Concernant le soutien financier, l’État recentre effectivement ses moyens sur les aides à la conversion des producteurs qui s’engagent dans le mode de production biologique. En matière d’aide au maintien, il revient désormais aux régions, avec la connaissance fine qu’elles ont de la spécificité de leurs filières et de leur territoire, de décider si, et comment, elles souhaitent accompagner les exploitations déjà converties.

Monsieur le sénateur, dans le cadre des États généraux de l’alimentation, j’ai demandé la conclusion dans les prochains mois de plans de filière fixant notamment des objectifs chiffrés à cinq ans pour les produits sous signe d’identification de la qualité et de l’origine, les produits SIQO, dont les produits biologiques.

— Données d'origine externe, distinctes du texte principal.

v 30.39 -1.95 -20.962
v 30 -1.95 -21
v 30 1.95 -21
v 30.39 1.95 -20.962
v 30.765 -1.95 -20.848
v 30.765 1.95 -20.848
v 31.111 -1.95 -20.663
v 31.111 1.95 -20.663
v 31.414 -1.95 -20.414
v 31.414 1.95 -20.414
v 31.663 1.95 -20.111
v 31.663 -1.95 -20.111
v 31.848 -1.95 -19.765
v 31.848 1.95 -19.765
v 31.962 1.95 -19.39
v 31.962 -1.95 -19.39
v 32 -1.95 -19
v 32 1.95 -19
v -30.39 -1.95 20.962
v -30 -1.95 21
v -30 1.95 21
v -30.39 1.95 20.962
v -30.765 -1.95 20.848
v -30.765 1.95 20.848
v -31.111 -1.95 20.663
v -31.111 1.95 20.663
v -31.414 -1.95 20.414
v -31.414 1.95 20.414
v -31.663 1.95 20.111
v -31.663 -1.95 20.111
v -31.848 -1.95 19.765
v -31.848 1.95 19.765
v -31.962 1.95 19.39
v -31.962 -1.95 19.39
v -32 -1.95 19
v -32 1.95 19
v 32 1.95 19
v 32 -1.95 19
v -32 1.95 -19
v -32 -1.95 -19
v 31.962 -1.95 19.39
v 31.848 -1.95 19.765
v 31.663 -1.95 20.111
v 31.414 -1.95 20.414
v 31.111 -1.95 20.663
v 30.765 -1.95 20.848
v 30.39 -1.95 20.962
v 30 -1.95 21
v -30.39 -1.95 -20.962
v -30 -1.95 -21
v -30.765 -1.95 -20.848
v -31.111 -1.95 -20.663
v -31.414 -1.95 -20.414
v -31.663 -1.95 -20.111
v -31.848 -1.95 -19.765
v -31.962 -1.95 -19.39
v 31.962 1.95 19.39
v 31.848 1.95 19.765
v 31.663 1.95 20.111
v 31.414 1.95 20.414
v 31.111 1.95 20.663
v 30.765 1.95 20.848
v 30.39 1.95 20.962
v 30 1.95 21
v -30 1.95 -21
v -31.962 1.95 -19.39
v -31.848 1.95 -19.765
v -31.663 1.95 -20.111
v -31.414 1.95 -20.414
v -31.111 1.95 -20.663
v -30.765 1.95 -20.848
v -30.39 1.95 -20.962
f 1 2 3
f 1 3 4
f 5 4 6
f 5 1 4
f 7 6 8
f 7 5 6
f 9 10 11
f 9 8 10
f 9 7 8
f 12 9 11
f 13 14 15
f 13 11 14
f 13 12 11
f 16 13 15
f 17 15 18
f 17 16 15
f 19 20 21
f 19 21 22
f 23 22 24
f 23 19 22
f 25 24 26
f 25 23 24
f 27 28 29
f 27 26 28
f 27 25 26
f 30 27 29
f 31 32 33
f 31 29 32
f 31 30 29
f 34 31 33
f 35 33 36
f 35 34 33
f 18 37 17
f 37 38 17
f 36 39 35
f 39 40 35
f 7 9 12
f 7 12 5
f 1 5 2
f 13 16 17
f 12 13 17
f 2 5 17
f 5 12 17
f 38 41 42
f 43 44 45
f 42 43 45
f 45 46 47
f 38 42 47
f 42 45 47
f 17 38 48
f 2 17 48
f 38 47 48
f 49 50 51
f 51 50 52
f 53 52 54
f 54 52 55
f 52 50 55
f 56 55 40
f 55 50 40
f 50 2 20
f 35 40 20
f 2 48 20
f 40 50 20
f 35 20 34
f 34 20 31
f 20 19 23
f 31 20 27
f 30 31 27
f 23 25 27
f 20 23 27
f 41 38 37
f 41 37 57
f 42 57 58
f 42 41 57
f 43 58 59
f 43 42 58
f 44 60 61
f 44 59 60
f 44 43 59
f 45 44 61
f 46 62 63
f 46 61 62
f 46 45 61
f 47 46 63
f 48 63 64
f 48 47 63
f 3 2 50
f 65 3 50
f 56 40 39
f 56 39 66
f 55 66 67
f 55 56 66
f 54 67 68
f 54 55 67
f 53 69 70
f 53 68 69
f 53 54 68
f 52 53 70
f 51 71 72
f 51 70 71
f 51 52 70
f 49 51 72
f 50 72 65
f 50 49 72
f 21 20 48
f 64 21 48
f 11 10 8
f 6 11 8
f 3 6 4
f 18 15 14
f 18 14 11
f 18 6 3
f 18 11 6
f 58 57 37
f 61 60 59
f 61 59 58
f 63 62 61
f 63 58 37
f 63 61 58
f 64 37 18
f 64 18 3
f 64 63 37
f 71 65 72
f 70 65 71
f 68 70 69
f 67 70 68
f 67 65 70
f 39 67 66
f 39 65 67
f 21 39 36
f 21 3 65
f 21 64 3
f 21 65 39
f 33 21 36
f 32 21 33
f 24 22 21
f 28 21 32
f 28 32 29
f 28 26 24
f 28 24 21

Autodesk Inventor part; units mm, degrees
ref_plane "YZ Plane" through (0, 0, 0) normal (1, 0, 0) x (0, 1, 0)
ref_plane "XZ Plane" through (0, 0, 0) normal (0, 1, 0) x (-1, 0, 0)
ref_plane "XY Plane" through (0, 0, 0) normal (0, 0, 1) x (1, 0, 0)
sketch "Sketch1" plane through (0, 0, 0) normal (0, 1, 0) x (-1, 0, 0)
  line L0 (30, 21) -> (-30, 21)
  line L1 (-32, 19) -> (-32, -19)
  line L2 (-30, -21) -> (30, -21)
  line L3 (32, -19) -> (32, 19)
  line L4 (32, 21) -> (-32, -21) construction
  line L5 (-32, 21) -> (32, -21) construction
  arc A0 (30, -21) -> (32, -19) centre (30, -19) ccw
  arc A1 (32, 19) -> (30, 21) centre (30, 19) ccw
  arc A2 (-30, 21) -> (-32, 19) centre (-30, 19) ccw
  arc A3 (-32, -19) -> (-30, -21) centre (-30, -19) ccw
  point P0 (0, 0)
  dimension "d0" = 64
  dimension "d1" = 42
  dimension "d2" = 2
extrude "Extrusion1" add sketch "Sketch1" along normal mid plane 3.9
properties part number "FactionSpecial_Council_Cards_all" material "Paper"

Il s’agit de développer non pas un modèle unique, mais différents modèles, en phase avec les attentes des consommateurs, en France ou à l’export. Je souhaite que les acteurs du bio s’engagent dans les travaux qui sont conduits dans chaque filière.

Les crédits ont triplé pendant la période de programmation des fonds européens 2014-2020 par rapport à la période 2007-2013. Le soutien aux producteurs biologiques passe également par le crédit d’impôt en faveur de l’agriculture biologique, qui sera prolongé et significativement augmenté.

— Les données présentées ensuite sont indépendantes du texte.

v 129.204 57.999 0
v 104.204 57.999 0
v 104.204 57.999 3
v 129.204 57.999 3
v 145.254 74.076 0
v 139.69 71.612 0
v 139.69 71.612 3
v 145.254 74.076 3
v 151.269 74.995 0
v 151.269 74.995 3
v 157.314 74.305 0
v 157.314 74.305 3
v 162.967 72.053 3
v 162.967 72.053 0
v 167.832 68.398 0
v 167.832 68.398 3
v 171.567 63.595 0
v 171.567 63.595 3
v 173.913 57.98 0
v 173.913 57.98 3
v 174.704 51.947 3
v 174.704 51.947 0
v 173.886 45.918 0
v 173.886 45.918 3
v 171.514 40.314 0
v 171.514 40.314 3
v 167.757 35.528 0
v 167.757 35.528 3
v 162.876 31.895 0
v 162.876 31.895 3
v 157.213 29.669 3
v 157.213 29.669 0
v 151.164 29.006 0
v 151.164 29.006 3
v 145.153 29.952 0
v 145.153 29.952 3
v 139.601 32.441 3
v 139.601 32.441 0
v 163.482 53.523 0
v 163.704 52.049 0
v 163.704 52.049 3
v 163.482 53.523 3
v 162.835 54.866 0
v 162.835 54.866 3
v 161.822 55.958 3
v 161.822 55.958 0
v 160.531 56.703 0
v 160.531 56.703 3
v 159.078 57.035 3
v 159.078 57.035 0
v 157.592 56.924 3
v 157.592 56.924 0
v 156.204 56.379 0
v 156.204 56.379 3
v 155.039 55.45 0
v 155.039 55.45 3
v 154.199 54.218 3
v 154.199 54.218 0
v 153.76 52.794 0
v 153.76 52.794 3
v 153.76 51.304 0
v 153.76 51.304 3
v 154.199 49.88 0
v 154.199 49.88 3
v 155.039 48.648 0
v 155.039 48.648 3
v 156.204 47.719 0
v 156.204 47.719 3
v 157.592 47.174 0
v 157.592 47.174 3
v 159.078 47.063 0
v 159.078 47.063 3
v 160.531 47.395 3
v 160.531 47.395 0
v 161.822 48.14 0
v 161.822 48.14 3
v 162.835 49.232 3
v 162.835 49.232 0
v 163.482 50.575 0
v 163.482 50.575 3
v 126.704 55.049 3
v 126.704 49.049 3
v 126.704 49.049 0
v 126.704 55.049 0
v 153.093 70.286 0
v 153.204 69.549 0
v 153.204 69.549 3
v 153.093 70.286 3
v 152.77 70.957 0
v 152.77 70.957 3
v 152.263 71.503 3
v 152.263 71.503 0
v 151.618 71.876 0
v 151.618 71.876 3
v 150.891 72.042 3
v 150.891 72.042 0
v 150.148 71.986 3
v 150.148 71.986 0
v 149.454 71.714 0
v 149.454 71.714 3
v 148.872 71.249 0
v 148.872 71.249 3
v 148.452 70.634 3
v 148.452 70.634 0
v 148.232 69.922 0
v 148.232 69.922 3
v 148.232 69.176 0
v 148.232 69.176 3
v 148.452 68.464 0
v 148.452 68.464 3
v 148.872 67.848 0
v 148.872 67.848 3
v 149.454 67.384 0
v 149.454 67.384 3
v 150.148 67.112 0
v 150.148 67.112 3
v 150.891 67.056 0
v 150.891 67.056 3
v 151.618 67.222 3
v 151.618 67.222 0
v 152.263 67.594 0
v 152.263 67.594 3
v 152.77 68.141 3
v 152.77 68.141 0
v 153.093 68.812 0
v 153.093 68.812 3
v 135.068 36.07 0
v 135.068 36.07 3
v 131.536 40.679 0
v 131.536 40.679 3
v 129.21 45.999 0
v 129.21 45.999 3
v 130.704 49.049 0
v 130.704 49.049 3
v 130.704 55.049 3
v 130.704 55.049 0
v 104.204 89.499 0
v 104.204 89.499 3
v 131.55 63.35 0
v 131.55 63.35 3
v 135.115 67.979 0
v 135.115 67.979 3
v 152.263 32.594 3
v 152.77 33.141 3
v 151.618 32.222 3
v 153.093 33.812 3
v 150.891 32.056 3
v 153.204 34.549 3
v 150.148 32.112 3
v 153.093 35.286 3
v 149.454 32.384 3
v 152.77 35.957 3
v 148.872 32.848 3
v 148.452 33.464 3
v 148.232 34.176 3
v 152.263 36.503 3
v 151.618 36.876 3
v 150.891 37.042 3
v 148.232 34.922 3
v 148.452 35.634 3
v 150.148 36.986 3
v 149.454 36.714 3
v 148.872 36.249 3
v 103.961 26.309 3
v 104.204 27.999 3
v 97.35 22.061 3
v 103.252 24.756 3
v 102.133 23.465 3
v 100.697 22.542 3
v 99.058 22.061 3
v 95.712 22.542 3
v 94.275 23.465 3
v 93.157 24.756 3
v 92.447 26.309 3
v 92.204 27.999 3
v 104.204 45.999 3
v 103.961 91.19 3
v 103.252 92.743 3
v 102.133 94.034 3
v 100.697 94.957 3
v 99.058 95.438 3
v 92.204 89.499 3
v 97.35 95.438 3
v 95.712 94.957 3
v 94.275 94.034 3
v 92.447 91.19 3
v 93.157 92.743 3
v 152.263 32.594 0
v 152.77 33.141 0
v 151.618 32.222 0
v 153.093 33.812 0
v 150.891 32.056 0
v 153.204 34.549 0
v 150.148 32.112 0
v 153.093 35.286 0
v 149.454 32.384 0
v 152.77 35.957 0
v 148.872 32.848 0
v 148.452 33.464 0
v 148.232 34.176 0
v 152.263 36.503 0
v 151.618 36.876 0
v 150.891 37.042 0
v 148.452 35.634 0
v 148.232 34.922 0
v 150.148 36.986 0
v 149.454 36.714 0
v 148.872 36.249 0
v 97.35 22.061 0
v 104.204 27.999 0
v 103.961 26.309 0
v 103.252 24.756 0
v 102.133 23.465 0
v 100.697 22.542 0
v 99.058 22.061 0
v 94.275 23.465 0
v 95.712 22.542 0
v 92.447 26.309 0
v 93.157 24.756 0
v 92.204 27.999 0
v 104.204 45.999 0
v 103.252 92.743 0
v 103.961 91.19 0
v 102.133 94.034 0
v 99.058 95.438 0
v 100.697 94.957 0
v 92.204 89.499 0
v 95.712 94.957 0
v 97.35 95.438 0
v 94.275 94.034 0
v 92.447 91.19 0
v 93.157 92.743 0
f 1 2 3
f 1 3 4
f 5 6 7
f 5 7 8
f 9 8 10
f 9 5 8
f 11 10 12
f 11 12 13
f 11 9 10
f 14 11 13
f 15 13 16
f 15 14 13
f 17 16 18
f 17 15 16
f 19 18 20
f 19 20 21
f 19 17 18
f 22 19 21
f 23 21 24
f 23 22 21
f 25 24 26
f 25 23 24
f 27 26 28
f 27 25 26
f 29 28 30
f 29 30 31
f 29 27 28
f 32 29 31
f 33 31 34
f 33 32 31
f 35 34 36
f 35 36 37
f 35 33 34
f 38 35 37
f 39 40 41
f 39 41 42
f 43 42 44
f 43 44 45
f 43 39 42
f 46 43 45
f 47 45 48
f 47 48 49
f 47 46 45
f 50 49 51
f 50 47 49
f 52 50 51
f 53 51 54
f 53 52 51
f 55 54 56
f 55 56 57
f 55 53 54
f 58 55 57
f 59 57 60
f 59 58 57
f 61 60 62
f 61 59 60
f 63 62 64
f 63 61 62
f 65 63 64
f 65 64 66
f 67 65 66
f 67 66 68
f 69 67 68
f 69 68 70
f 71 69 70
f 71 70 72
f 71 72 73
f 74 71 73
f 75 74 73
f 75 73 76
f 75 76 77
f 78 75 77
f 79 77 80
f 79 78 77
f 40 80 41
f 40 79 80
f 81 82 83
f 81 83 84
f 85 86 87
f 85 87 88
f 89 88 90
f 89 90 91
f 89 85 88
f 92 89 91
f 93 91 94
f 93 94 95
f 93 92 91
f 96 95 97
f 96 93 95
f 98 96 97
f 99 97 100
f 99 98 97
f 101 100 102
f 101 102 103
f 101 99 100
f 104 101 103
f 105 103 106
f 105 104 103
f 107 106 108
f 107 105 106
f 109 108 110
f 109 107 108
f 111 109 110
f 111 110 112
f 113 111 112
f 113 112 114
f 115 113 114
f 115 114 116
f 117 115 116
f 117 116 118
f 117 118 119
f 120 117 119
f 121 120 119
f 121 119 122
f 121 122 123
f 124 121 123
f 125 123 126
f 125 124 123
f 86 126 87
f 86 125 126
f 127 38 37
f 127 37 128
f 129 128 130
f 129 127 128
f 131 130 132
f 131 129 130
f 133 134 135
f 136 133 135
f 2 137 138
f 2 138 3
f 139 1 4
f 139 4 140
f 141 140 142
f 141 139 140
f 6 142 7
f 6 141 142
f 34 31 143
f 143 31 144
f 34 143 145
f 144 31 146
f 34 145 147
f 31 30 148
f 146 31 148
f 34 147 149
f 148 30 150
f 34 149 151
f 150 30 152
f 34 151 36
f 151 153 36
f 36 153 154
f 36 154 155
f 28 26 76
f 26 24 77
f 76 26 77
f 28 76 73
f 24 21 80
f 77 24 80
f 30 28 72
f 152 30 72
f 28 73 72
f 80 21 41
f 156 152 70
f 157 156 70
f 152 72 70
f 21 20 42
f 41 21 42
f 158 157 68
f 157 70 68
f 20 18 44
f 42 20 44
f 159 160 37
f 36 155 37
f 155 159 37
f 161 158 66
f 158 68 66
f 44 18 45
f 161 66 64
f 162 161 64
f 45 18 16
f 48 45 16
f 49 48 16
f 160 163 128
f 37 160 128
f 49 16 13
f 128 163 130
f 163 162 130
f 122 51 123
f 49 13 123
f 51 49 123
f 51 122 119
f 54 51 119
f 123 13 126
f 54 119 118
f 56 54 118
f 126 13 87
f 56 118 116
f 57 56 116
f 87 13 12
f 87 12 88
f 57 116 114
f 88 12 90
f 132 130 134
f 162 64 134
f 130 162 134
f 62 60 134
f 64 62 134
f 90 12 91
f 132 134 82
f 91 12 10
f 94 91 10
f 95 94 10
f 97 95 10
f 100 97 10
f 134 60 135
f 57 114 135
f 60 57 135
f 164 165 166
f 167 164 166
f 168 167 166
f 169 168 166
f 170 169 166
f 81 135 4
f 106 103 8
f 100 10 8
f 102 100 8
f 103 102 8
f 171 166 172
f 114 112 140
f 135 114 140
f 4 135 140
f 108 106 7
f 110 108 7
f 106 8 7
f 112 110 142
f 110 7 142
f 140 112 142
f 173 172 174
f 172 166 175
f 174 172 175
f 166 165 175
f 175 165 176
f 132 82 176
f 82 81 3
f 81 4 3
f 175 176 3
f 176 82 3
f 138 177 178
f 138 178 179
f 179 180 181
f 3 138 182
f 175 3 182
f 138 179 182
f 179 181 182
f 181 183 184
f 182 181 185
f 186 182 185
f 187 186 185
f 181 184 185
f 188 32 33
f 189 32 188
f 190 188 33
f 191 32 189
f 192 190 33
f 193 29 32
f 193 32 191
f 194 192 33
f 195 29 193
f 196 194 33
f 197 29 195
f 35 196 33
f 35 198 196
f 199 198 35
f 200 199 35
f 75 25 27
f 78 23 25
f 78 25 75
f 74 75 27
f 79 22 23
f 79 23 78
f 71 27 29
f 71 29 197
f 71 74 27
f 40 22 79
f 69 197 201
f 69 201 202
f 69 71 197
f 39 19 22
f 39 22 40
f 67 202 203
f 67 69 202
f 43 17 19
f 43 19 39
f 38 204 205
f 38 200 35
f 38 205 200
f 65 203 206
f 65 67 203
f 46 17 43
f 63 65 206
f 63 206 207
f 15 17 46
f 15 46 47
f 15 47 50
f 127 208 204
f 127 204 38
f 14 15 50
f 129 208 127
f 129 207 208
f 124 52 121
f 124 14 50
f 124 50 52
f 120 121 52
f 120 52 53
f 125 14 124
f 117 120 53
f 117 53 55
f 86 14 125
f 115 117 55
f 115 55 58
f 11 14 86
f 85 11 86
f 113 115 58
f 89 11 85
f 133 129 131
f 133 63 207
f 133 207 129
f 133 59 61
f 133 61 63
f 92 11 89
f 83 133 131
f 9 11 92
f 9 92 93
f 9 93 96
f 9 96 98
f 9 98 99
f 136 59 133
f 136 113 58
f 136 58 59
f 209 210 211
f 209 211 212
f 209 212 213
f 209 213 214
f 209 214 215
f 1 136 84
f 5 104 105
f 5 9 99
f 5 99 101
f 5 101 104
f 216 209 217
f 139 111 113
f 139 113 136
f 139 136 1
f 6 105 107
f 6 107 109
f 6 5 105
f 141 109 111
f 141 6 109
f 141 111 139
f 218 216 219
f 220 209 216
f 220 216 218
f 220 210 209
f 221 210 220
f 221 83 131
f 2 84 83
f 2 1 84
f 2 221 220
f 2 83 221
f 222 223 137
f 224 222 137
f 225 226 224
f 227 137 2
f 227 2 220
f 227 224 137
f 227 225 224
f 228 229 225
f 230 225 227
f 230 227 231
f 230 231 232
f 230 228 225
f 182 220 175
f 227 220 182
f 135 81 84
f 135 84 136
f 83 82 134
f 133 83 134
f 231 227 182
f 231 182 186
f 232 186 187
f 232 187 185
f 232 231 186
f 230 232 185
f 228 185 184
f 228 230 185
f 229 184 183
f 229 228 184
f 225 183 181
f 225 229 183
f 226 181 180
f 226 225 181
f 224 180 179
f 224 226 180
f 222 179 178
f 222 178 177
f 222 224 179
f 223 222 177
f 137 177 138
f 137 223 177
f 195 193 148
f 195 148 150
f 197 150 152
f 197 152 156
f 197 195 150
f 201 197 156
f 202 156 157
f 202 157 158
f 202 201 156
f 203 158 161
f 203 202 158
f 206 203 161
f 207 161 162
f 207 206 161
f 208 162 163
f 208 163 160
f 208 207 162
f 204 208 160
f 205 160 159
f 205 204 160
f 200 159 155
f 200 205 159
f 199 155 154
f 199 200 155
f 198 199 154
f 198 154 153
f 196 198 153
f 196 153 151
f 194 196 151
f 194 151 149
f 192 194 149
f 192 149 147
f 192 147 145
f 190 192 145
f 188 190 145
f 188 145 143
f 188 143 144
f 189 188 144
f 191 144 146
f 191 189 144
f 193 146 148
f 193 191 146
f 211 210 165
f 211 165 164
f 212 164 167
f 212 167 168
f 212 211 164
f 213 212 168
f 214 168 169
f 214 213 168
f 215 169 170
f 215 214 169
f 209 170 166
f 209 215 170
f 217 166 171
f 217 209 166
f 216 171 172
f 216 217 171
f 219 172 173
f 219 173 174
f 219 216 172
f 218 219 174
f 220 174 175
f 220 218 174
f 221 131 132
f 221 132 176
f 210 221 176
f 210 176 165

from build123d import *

# Parameters (mm, degrees)
SKETCH_1_R          = 5
SKETCH_1_R_2        = 2.5
EXTRUDE_1_DEPTH     = 3
SKETCH_2_W          = 4
SKETCH_2_H          = 6
CUT_EXTRUDE_1_DEPTH = 3


with BuildPart() as part:
    # 草图1 → 凸台-拉伸1 (new body)
    with BuildSketch(Plane.XY):
        with BuildLine():
            Line((104.204193709, 89.499436202), (104.204193709, 57.999436202))
            Line((104.204193709, 57.999436202), (129.204193709, 57.999436202))
            ThreePointArc((129.204193709, 57.999436202), (133.19157799, 65.772898709), (139.689971603, 71.61214808))
            ThreePointArc((139.689971603, 71.61214808), (174.704134434, 51.947219111), (139.601041877, 32.44147834))
            ThreePointArc((139.601041877, 32.44147834), (133.162334619, 38.267746144), (129.209700495, 45.999436202))
            Line((129.209700495, 45.999436202), (104.204193709, 45.999436202))
            Line((104.204193709, 45.999436202), (104.204193709, 27.999436202))
            ThreePointArc((104.204193709, 27.999436202), (98.204193709, 21.999436202), (92.204193709, 27.999436202))
            Line((92.204193709, 27.999436202), (92.204193709, 89.499436202))
            ThreePointArc((92.204193709, 89.499436202), (98.204193709, 95.499436202), (104.204193709, 89.499436202))
        make_face()
        with Locations((158.704193709, 52.048919583)):
            Circle(SKETCH_1_R, mode=Mode.SUBTRACT)
        with Locations((150.704193709, 69.548919583)):
            Circle(SKETCH_1_R_2, mode=Mode.SUBTRACT)
        with Locations((150.704193709, 34.548919583)):
            Circle(SKETCH_1_R_2, mode=Mode.SUBTRACT)
    extrude(amount=EXTRUDE_1_DEPTH)

    # 草图2 → 切除-拉伸1 (cut)
    with BuildSketch(Plane.XY.offset(3)):
        with Locations((128.704193709, 52.048919583)):
            Rectangle(SKETCH_2_W, SKETCH_2_H)
    extrude(amount=-CUT_EXTRUDE_1_DEPTH, mode=Mode.SUBTRACT)


solid = part.part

Les producteurs biologiques bénéficient également de l’ensemble des aides accordées à l’agriculture au titre de la PAC. Enfin, et c’est essentiel, les prix payés aux producteurs sont tout à fait convenables dans les filières biologiques.

Prix payés aux producteurs, aides publiques, crédit d’impôt, perspectives de croissance : les filières biologiques sont très largement soutenues, et c’est bien normal pour des productions qui sont plébiscitées par nos concitoyens. Monsieur le sénateur, le développement du bio est l’une de nos priorités. À cet égard, je rappellerai ici les engagements du Président de la République : 50 % d’aliments bio ou SIQO dans la restauration collective, poursuite de l’aide au maintien, crédit d’impôt. Il s’agit là d’une politique très volontariste du Gouvernement, manifestant que la filière bio est aujourd'hui bien aidée sur le territoire national.